Tuesday, December 30, 2008

Holiday Banter & The Terrifying Anonymous Solitude


A Holiday dinner typically brings an ideal space for my outgoing spirit to shine in its fullness - pulling out all the stops - delivering laughter, playful humor, and a toast for whatever the occasion - even if I have to make one up. This year, Kim completed the last of 4 important exams... and dad secured an extension at his work. There's always a reason to raise our glasses, I think - and togetherness and cheer give way to conversation, which I love the most! One meal, we went around the table and offered our favorite Christmas carol and movie - to which I proclaimed the predictable "Chestnuts Roasting... and It's a Wonderful Life" to some groans from the guys but a good feeling in my chest. I love to ask questions about things deeper than many people initially offer - and most find that engaging and meaningful - by the end. The wine helps, but all in all we cover a vast array of topics from parenting, childhood memories, politics, activism, God.
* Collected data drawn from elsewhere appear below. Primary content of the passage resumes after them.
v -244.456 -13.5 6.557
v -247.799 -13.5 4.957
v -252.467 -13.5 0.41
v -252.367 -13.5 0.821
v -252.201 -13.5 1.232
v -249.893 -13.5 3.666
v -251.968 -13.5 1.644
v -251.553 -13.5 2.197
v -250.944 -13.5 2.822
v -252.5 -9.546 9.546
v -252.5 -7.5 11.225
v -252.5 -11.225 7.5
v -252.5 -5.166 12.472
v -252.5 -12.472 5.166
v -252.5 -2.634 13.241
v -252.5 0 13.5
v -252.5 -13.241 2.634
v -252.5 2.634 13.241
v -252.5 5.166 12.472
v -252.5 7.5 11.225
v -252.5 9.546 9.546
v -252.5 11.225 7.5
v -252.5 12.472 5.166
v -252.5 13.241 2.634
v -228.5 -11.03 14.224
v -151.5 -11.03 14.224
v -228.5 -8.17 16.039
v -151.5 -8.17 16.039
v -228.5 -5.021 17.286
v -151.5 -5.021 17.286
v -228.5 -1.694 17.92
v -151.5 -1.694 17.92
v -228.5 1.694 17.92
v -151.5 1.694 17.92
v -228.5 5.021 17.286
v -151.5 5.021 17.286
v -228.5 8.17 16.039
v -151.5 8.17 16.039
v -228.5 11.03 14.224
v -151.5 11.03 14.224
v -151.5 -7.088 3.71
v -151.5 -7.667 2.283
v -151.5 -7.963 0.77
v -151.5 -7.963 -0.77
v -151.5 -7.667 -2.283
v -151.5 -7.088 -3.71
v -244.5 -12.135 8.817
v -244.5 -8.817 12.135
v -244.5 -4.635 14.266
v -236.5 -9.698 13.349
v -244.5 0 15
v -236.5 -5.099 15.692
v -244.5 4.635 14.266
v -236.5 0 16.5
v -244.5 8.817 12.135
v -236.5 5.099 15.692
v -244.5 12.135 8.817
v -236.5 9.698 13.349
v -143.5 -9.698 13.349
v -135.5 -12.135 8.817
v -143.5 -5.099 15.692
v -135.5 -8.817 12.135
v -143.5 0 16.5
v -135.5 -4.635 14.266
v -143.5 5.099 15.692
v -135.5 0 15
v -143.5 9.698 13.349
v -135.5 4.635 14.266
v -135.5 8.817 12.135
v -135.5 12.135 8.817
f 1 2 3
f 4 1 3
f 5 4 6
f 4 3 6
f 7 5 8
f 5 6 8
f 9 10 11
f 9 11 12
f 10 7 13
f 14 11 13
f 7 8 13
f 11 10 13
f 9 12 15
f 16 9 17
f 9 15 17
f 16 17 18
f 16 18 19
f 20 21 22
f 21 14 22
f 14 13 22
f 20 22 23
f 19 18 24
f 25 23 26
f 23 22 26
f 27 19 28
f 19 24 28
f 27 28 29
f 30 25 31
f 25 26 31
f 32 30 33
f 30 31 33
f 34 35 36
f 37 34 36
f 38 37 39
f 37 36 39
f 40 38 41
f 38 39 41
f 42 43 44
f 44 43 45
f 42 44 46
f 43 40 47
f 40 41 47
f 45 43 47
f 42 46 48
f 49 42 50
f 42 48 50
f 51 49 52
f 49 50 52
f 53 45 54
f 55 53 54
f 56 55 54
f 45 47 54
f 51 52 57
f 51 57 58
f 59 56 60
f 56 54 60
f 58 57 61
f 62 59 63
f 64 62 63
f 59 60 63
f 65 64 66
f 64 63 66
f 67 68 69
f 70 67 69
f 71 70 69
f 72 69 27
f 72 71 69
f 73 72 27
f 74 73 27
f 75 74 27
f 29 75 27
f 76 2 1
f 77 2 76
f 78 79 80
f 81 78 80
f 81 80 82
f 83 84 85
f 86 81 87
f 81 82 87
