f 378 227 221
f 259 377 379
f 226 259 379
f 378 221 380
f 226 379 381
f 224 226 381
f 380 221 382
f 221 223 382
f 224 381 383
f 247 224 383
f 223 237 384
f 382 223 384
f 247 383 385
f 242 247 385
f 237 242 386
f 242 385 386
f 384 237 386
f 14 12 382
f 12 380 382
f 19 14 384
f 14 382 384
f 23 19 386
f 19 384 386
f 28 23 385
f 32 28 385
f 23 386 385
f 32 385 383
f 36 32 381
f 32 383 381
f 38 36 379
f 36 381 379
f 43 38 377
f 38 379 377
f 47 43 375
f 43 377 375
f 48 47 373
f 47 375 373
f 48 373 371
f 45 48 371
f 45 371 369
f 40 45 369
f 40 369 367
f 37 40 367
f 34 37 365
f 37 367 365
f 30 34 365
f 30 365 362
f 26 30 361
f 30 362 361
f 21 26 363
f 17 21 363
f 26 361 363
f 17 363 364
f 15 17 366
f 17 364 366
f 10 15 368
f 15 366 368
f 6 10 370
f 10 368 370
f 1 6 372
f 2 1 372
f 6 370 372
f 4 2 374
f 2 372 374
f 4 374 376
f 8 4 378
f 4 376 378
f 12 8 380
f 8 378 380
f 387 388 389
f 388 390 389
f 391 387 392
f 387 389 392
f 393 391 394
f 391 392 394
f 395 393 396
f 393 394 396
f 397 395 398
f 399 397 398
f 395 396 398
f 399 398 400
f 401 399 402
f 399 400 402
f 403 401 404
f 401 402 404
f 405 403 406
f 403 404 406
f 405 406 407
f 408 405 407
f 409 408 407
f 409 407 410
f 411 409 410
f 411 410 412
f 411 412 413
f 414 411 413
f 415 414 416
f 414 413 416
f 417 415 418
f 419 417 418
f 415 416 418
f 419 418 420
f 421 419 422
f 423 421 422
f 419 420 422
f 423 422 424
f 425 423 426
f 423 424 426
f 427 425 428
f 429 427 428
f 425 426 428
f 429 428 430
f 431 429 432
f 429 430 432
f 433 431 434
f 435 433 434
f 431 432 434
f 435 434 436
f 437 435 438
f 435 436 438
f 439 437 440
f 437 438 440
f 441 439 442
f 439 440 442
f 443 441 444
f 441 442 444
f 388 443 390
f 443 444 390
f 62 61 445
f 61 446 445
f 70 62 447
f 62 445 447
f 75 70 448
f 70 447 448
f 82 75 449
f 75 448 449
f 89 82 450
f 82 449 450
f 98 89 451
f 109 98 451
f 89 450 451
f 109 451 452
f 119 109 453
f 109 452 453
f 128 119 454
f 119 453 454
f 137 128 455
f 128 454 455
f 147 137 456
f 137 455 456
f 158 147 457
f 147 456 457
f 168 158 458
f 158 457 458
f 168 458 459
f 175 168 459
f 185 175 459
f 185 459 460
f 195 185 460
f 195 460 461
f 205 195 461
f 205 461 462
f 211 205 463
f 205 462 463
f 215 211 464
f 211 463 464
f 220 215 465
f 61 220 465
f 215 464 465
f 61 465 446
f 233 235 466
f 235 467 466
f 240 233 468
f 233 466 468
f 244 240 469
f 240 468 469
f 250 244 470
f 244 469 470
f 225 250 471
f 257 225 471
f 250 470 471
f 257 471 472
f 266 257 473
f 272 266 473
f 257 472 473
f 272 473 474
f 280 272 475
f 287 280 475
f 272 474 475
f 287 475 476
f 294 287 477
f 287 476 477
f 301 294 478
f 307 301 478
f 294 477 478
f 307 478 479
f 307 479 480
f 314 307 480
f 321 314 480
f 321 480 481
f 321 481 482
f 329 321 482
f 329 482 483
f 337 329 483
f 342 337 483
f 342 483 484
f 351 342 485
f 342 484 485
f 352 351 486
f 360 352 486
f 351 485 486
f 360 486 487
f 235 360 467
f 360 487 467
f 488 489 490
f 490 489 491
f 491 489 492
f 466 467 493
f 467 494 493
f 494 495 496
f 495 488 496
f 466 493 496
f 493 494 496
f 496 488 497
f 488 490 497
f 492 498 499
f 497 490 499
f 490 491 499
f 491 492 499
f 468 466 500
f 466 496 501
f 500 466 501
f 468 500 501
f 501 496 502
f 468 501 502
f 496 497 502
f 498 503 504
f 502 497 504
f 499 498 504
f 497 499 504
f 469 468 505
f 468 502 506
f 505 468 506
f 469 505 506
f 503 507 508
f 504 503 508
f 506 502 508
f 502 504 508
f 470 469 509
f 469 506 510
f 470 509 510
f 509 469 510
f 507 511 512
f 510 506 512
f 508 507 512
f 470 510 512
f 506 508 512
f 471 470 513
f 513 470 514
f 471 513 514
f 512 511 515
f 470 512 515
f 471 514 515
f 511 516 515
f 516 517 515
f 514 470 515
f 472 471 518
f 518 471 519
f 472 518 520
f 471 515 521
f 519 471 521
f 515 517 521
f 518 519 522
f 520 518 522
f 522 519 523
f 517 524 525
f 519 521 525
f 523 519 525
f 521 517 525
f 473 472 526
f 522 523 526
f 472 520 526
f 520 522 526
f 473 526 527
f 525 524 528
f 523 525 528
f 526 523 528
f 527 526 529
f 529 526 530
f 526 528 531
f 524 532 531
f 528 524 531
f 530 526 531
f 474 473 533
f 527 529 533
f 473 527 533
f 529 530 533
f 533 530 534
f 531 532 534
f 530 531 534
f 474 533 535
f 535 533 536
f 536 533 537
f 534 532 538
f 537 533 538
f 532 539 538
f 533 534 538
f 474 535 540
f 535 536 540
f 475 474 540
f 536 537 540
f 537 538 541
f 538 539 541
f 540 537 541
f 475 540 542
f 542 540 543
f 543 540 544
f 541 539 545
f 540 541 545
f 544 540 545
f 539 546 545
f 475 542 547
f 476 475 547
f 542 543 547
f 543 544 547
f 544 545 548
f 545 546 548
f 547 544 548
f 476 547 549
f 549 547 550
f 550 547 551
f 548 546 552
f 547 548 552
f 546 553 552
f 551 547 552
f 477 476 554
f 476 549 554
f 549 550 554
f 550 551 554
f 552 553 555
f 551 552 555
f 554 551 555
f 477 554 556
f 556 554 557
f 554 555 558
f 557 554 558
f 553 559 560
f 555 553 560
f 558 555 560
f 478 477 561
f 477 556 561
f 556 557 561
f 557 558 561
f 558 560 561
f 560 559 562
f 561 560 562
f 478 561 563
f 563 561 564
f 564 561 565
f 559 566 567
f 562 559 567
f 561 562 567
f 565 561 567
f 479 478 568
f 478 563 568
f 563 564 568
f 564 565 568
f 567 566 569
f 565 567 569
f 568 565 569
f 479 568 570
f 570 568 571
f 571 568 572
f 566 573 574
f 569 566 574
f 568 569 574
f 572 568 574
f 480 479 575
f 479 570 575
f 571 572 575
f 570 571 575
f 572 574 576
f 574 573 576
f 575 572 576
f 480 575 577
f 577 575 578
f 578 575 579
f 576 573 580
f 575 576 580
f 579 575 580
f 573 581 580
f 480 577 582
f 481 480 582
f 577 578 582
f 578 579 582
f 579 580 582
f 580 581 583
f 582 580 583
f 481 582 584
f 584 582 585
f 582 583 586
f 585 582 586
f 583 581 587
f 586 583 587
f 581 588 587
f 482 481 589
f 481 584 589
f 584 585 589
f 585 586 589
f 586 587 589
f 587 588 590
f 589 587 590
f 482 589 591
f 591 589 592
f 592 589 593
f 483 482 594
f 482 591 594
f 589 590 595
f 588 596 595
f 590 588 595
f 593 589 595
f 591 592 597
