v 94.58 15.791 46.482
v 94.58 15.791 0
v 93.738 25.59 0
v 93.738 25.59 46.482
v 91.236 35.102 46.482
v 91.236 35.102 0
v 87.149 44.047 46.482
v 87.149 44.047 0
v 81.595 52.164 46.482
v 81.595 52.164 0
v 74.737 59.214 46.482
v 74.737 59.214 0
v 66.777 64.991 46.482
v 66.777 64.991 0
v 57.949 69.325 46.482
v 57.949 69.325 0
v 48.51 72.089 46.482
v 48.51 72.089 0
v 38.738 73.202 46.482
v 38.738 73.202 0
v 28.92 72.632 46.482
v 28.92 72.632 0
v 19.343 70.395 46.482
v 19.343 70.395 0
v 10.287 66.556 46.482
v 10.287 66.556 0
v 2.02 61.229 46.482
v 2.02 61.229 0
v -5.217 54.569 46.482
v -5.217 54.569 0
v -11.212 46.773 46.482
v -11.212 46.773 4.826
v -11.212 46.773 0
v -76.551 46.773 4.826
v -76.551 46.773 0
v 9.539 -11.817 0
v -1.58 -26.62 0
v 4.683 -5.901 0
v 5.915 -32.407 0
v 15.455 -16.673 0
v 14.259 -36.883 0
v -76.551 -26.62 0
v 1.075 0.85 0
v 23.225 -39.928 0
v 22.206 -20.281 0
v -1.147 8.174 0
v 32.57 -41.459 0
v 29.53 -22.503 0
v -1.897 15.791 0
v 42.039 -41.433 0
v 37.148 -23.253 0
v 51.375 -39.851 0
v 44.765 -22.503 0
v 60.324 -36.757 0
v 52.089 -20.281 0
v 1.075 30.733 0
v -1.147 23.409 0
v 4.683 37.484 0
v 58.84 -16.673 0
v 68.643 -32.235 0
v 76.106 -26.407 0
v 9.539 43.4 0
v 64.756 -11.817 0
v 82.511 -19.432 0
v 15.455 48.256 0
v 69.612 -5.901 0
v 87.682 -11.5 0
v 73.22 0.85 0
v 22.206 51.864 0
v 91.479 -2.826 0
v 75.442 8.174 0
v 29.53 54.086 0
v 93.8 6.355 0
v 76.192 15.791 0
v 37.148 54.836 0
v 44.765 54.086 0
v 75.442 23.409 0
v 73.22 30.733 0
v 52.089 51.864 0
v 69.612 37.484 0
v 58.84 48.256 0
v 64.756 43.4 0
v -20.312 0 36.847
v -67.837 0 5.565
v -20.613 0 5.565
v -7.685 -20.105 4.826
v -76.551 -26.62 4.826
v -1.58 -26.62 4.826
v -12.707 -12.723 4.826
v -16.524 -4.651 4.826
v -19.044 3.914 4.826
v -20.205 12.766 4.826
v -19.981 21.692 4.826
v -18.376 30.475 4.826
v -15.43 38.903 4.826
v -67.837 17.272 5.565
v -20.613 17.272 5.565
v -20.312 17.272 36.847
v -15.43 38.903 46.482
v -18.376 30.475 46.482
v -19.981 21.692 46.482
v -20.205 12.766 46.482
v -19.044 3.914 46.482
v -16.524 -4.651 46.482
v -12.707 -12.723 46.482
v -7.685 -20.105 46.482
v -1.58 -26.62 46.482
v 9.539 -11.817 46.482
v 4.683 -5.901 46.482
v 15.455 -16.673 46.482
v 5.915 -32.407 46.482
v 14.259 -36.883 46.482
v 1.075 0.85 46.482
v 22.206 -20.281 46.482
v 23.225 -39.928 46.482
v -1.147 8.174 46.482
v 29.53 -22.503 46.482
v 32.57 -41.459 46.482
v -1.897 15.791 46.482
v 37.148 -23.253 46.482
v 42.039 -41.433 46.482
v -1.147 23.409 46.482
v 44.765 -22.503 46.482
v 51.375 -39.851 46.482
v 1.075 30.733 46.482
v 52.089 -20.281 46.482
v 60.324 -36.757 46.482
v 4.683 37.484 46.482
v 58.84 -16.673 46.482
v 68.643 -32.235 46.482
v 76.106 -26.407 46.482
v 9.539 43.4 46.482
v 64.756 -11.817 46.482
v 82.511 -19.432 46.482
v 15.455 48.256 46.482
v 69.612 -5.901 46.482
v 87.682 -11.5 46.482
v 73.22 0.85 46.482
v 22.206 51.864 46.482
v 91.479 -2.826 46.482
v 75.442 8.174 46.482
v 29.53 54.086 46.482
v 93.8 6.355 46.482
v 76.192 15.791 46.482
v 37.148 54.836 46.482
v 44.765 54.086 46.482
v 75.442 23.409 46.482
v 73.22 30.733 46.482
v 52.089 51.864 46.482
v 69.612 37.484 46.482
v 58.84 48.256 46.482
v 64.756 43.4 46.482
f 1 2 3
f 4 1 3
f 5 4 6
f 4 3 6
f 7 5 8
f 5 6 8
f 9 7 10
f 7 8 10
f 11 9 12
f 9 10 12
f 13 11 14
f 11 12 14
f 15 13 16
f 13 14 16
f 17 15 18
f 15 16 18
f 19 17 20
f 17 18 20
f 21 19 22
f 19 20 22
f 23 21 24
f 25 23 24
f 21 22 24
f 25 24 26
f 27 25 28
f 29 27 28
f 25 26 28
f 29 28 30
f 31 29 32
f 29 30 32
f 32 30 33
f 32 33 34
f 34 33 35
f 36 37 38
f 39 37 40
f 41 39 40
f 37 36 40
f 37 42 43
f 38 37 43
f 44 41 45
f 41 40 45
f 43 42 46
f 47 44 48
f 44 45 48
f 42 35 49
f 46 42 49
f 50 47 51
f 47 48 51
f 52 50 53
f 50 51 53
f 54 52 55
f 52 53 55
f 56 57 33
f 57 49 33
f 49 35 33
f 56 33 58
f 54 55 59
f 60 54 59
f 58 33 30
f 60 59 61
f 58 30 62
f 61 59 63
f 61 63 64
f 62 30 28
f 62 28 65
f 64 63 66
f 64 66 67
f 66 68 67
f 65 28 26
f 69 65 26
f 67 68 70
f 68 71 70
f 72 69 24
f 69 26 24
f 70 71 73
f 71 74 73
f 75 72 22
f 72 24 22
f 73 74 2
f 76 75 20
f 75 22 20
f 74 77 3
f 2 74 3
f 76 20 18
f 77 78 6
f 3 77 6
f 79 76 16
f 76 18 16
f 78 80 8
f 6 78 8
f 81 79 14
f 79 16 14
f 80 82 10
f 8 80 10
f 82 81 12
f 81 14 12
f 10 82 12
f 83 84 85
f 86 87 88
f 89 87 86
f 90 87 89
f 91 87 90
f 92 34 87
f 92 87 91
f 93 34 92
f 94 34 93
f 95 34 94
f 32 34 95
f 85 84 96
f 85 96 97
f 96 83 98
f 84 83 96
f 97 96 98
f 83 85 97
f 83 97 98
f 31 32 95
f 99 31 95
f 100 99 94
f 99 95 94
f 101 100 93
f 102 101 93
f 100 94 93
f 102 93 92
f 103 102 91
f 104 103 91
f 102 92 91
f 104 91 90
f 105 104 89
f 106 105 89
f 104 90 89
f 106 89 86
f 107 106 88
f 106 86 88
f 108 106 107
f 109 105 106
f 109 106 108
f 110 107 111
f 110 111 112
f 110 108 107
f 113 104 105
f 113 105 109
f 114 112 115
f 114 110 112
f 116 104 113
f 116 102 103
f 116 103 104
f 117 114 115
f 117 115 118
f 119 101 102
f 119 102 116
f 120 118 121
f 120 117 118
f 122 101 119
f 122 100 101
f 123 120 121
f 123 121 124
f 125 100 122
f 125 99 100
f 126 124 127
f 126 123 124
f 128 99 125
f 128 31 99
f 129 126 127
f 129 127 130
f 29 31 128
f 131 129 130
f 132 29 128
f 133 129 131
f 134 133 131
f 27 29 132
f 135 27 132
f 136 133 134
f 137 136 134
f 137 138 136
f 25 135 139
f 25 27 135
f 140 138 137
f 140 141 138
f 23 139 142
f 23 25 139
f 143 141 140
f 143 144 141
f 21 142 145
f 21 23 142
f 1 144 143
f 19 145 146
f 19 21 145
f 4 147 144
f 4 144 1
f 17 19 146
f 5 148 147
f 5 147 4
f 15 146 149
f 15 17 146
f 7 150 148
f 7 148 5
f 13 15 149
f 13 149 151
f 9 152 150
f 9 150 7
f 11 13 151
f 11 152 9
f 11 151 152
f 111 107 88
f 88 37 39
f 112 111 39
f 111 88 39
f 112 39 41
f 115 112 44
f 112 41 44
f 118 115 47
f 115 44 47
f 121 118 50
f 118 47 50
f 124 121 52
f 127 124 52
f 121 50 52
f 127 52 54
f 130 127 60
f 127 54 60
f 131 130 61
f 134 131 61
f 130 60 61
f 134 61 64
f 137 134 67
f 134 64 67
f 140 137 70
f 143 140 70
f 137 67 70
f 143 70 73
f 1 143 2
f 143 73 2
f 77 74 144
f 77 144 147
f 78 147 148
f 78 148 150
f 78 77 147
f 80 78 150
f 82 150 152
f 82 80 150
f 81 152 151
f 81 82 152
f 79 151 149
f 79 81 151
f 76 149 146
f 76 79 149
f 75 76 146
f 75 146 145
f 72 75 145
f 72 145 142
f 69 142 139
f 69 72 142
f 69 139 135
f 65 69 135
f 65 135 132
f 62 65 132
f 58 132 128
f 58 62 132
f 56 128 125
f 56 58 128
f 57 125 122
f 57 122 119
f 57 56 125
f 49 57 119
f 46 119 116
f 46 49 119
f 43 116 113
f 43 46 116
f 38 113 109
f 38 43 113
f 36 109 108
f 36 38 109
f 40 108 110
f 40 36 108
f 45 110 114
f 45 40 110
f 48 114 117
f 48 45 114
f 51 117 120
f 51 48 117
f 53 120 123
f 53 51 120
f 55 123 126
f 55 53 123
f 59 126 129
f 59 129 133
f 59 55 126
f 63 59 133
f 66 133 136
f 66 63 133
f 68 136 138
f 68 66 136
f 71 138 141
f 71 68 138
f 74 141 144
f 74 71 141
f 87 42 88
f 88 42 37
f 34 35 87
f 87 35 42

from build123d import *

# Parameters (mm, degrees)
F0_R     = 39.044747
F1_DEPTH = 46.482
F2_DEPTH = 4.826
F4_DEPTH = 17.272


with BuildPart() as f1:
    # F0 (on Top) → F1 (new body)
    with BuildSketch(Plane.XY):
        with BuildLine():
            ThreePointArc((94.580177, 15.791448), (53.288747, 70.909251), (-11.212295, 46.772763))
            ThreePointArc((-11.212295, 46.772763), (-19.796801, 8.317612), (-1.579646, -26.61987))
            ThreePointArc((-1.579646, -26.61987), (60.324089, -36.757176), (94.580177, 15.791448))
        make_face()
        with Locations((37.147503, 15.791448)):
            Circle(F0_R, mode=Mode.SUBTRACT)
    extrude(amount=F1_DEPTH)

    # F0 (on Top) → F2 (join)
    with BuildSketch(Plane.XY):
        with BuildLine():
            Line((-11.212295, 46.772763), (-76.550923, 46.772763))
            Line((-76.550923, 46.772763), (-76.550923, -26.61987))
            Line((-76.550923, -26.61987), (-1.579646, -26.61987))
            ThreePointArc((-1.579646, -26.61987), (-19.796801, 8.317612), (-11.212295, 46.772763))
        make_face()
    extrude(amount=F2_DEPTH)


with BuildPart() as f4:
    # F3 (on Front) → F4 (new body)
    with BuildSketch(Plane.XZ):
        Polygon((-20.613138, 5.564605), (-20.312348, 36.846712), (-67.837089, 5.564605), align=None)
    extrude(amount=-F4_DEPTH)


solid = Compound([f1.part, f4.part])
This dinner, I found myself chiming in with great ease - filling in each quiet moment with another question, another observation, another joke, another topic. With several of us around the table, there is always someone to pounce on the bait - and so the conversation continues in rapid pace. It works. It's functional, and even appreciated. Its fun to be the "life of the party" as they say! But, this time I reflected on this and realized that the dinner was perfect in nearly every way except that we accomplished a myriad of words and a great pace, but lacked margin, quiet, space. It got me thinking about why we move so fast and what we miss out on. It made me think about how busy we all are - with a good sense of what is important in life, but poor execution year after year. You know, the typical things people on their death beds write poems about: taking walks for our health, wresting with our kids, writing hand written notes to people we care about, praying, and taking time to just rest long enough so we can hear our own thoughts and maintain our bearings.

A good friend gave me a book called Sabbath which I started reading over this holiday. Page 51 offered... For some people, emptiness can feel fertile and spacious, alive with possibility... But others feel emptiness as an ache, a void; something painful, in need of being filled. Most are far more anxious about having to confront whatever will come up in the empty space, when (we) are quiet and alone. Who knows what terror lurks in the anonymous solitude?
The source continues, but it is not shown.